10.2 Диагностика гетерозиготного носительства и определение генетического риска моногенных заболеваний

Молекулярно-генетическая диагностика проводится прямым методом (если при этом анализируют ген, непосредственно вовлеченный в патологию) или косвенным (при помощи ассоциированных с заболеванием ДНК-маркеров). Основными методами молекулярно-генетической диагностики являются ПЦР и секвенирование (разделы 7.5 и 7.6). Биологическим образцом для выделения ДНК может быть любая ткань. Чаще используют соскоб буккального эпителия (с внутренней стороны щеки), периферическую кровь или волосяные луковицы, потому что их получение наименее травматично. Для диагностики наследственных заболеваний у умерших можно использовать костные останки или фрагменты мумий. Выделение ДНК проводят фенол-хлороформным методом или путем очистки на колонках. Результаты ПЦР обычно анализируют при помощи капиллярного электрофореза (рисунок Рисунок X, 2; раздел 7.5). Молекулярно-генетическая диагностика может проводиться как пренатально, так и в любом возрасте после рождения, так как ДНК не изменяется в онтогенезе.
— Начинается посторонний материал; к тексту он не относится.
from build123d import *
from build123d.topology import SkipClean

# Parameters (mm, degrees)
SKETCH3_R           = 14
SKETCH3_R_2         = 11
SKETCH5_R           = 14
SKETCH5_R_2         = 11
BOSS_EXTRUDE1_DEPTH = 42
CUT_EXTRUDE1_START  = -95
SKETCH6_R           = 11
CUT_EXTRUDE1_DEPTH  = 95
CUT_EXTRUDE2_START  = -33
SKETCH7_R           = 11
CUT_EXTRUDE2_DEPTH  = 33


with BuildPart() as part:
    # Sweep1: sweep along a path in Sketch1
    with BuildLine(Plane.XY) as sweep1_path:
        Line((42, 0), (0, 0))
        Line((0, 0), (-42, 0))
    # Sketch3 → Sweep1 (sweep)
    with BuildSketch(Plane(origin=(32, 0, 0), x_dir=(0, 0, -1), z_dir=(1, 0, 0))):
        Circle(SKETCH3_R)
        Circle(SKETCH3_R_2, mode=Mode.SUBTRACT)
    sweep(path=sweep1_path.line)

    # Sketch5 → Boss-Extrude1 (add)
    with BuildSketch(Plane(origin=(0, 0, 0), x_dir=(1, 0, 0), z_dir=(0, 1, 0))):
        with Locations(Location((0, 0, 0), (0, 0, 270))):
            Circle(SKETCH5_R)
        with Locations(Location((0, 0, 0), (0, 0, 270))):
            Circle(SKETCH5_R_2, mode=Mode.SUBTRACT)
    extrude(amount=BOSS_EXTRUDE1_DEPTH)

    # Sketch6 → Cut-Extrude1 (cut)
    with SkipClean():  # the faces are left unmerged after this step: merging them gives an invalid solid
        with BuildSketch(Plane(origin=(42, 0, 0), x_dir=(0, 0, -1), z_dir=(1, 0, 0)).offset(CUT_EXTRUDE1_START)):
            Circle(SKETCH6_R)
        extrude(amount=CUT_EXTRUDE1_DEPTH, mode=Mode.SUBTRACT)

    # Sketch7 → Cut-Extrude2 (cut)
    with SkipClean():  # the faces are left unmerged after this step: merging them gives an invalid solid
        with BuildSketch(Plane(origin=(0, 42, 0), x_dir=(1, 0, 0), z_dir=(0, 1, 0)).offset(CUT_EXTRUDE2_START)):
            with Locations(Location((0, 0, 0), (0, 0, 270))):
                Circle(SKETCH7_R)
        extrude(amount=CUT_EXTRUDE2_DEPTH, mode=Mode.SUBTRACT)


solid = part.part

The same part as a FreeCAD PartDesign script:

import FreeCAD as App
import Part
import Sketcher
from FreeCAD import Vector

doc = App.newDocument("Part")
body = doc.addObject("PartDesign::Body", "Body")

# Sketch on YZ plane
sketch1 = body.newObject("Sketcher::SketchObject", "Sketch")
sketch1.AttachmentSupport = (doc.getObject("YZ_Plane"), [""])
sketch1.MapMode = "FlatFace"
sketch1.AttachmentOffset = App.Placement(Vector(0, 0, 32), App.Rotation())
sketch1.addGeometry(Part.Circle(Vector(0, 0, 0), Vector(0, 0, 1), 14), False)
sketch1.addGeometry(Part.Circle(Vector(0, 0, 0), Vector(0, 0, 1), 11), False)
sketch1.addConstraint(Sketcher.Constraint("Coincident", 0, 3, -1, 1))
sketch1.addConstraint(Sketcher.Constraint("Coincident", 1, 3, -1, 1))
sketch1.addConstraint(Sketcher.Constraint("Diameter", 0, 28.0))
sketch1.addConstraint(Sketcher.Constraint("Diameter", 1, 22.0))

# Sketch on XY plane
sketch2 = body.newObject("Sketcher::SketchObject", "Sketch001")
sketch2.AttachmentSupport = (doc.getObject("XY_Plane"), [""])
sketch2.MapMode = "FlatFace"
sketch2.addGeometry(Part.LineSegment(Vector(42, 0, 0), Vector(-42, 0, 0)), False)
sketch2.addConstraint(Sketcher.Constraint("Horizontal", 0))
sketch2.addConstraint(Sketcher.Constraint("Symmetric", 0, 1, 0, 2, -1, 1))
sketch2.addConstraint(Sketcher.Constraint("DistanceX", 0, 2, 0, 1, 84.0))
doc.recompute()

additivepipe = body.newObject("PartDesign::AdditivePipe", "AdditivePipe")
additivepipe.Profile = sketch1
additivepipe.Spine = (sketch2, ["Edge1"])

# Sketch on XZ plane
sketch3 = body.newObject("Sketcher::SketchObject", "Sketch002")
sketch3.AttachmentSupport = (doc.getObject("XZ_Plane"), [""])
sketch3.MapMode = "FlatFace"
sketch3.addGeometry(Part.Circle(Vector(0, 0, 0), Vector(0, 0, 1), 14), False)
sketch3.addGeometry(Part.Circle(Vector(0, 0, 0), Vector(0, 0, 1), 11), False)
sketch3.addConstraint(Sketcher.Constraint("Coincident", 0, 3, -1, 1))
sketch3.addConstraint(Sketcher.Constraint("Coincident", 1, 3, -1, 1))
sketch3.addConstraint(Sketcher.Constraint("Diameter", 0, 28.0))
sketch3.addConstraint(Sketcher.Constraint("Diameter", 1, 22.0))
pad1 = body.newObject("PartDesign::Pad", "Pad")
pad1.Profile = sketch3
pad1.Length = 42
pad1.Reversed = True

# Sketch on YZ plane
sketch4 = body.newObject("Sketcher::SketchObject", "Sketch003")
sketch4.AttachmentSupport = (doc.getObject("YZ_Plane"), [""])
sketch4.MapMode = "FlatFace"
sketch4.AttachmentOffset = App.Placement(Vector(0, 0, -53), App.Rotation())
sketch4.addGeometry(Part.Circle(Vector(0, 0, 0), Vector(0, 0, 1), 11), False)
sketch4.addConstraint(Sketcher.Constraint("Coincident", 0, 3, -1, 1))
sketch4.addConstraint(Sketcher.Constraint("Diameter", 0, 22.0))
pocket1 = body.newObject("PartDesign::Pocket", "Pocket")
pocket1.Profile = sketch4
pocket1.Length = 95
pocket1.Reversed = True

# Sketch on XZ plane
sketch5 = body.newObject("Sketcher::SketchObject", "Sketch004")
sketch5.AttachmentSupport = (doc.getObject("XZ_Plane"), [""])
sketch5.MapMode = "FlatFace"
sketch5.AttachmentOffset = App.Placement(Vector(0, 0, -9), App.Rotation())
sketch5.addGeometry(Part.Circle(Vector(0, 0, 0), Vector(0, 0, 1), 11), False)
sketch5.addConstraint(Sketcher.Constraint("Coincident", 0, 3, -1, 1))
sketch5.addConstraint(Sketcher.Constraint("Diameter", 0, 22.0))
pocket2 = body.newObject("PartDesign::Pocket", "Pocket001")
pocket2.Profile = sketch5
pocket2.Length = 33

doc.recompute()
Рисунок X, 2.Схема наиболее типичного способа молекулярно-генетической диагностики.

Расчет генетического риска при моногенных заболеваниях основан на законах Менделя (глава II). Если один из супругов является гомозиготой по аллелю дикого типа (отсутствие заболевания), а генотип второго супруга не известен, то риск рождения больного ребенка соответствует частоте встречаемости данного заболевания в популяции. При полной пенетрантности в семье гетерозигот по аутосомно-рецессивному заболеванию риск рождения больного ребенка – 0,25. При неполной пенетрантности необходимо внести поправку. Например, при пенетрантности 80% у гетерозигот по аутосомно-рецессивному заболеванию риск составит 0,25 x 0,8 = 0,2. В случае аутосомно-доминантных заболеваний с поздней манифестацией вносят дополнительные поправки с учетом возраста пробанда.

Контрольные вопросы и задания к главе X

1. У пациента обнаружено три тельца Барра. Каков его предполагаемый кариотип?

2. Оба супруга – гетерозиготы по мутации гена LCT. Каков риск рождения ребенка с непероносимостью лактозы?

3. Рассчитайте генетический риск рождения мальчика с синдромом Леша-Нихена у гетерозиготной по мутации гена HPRT1 матери и здорового отца.

Дополнительная литература к главе X

Н.П. Бочков. Клиническая генетика // М.: Гэотар-Мед. 2002. – 457 С.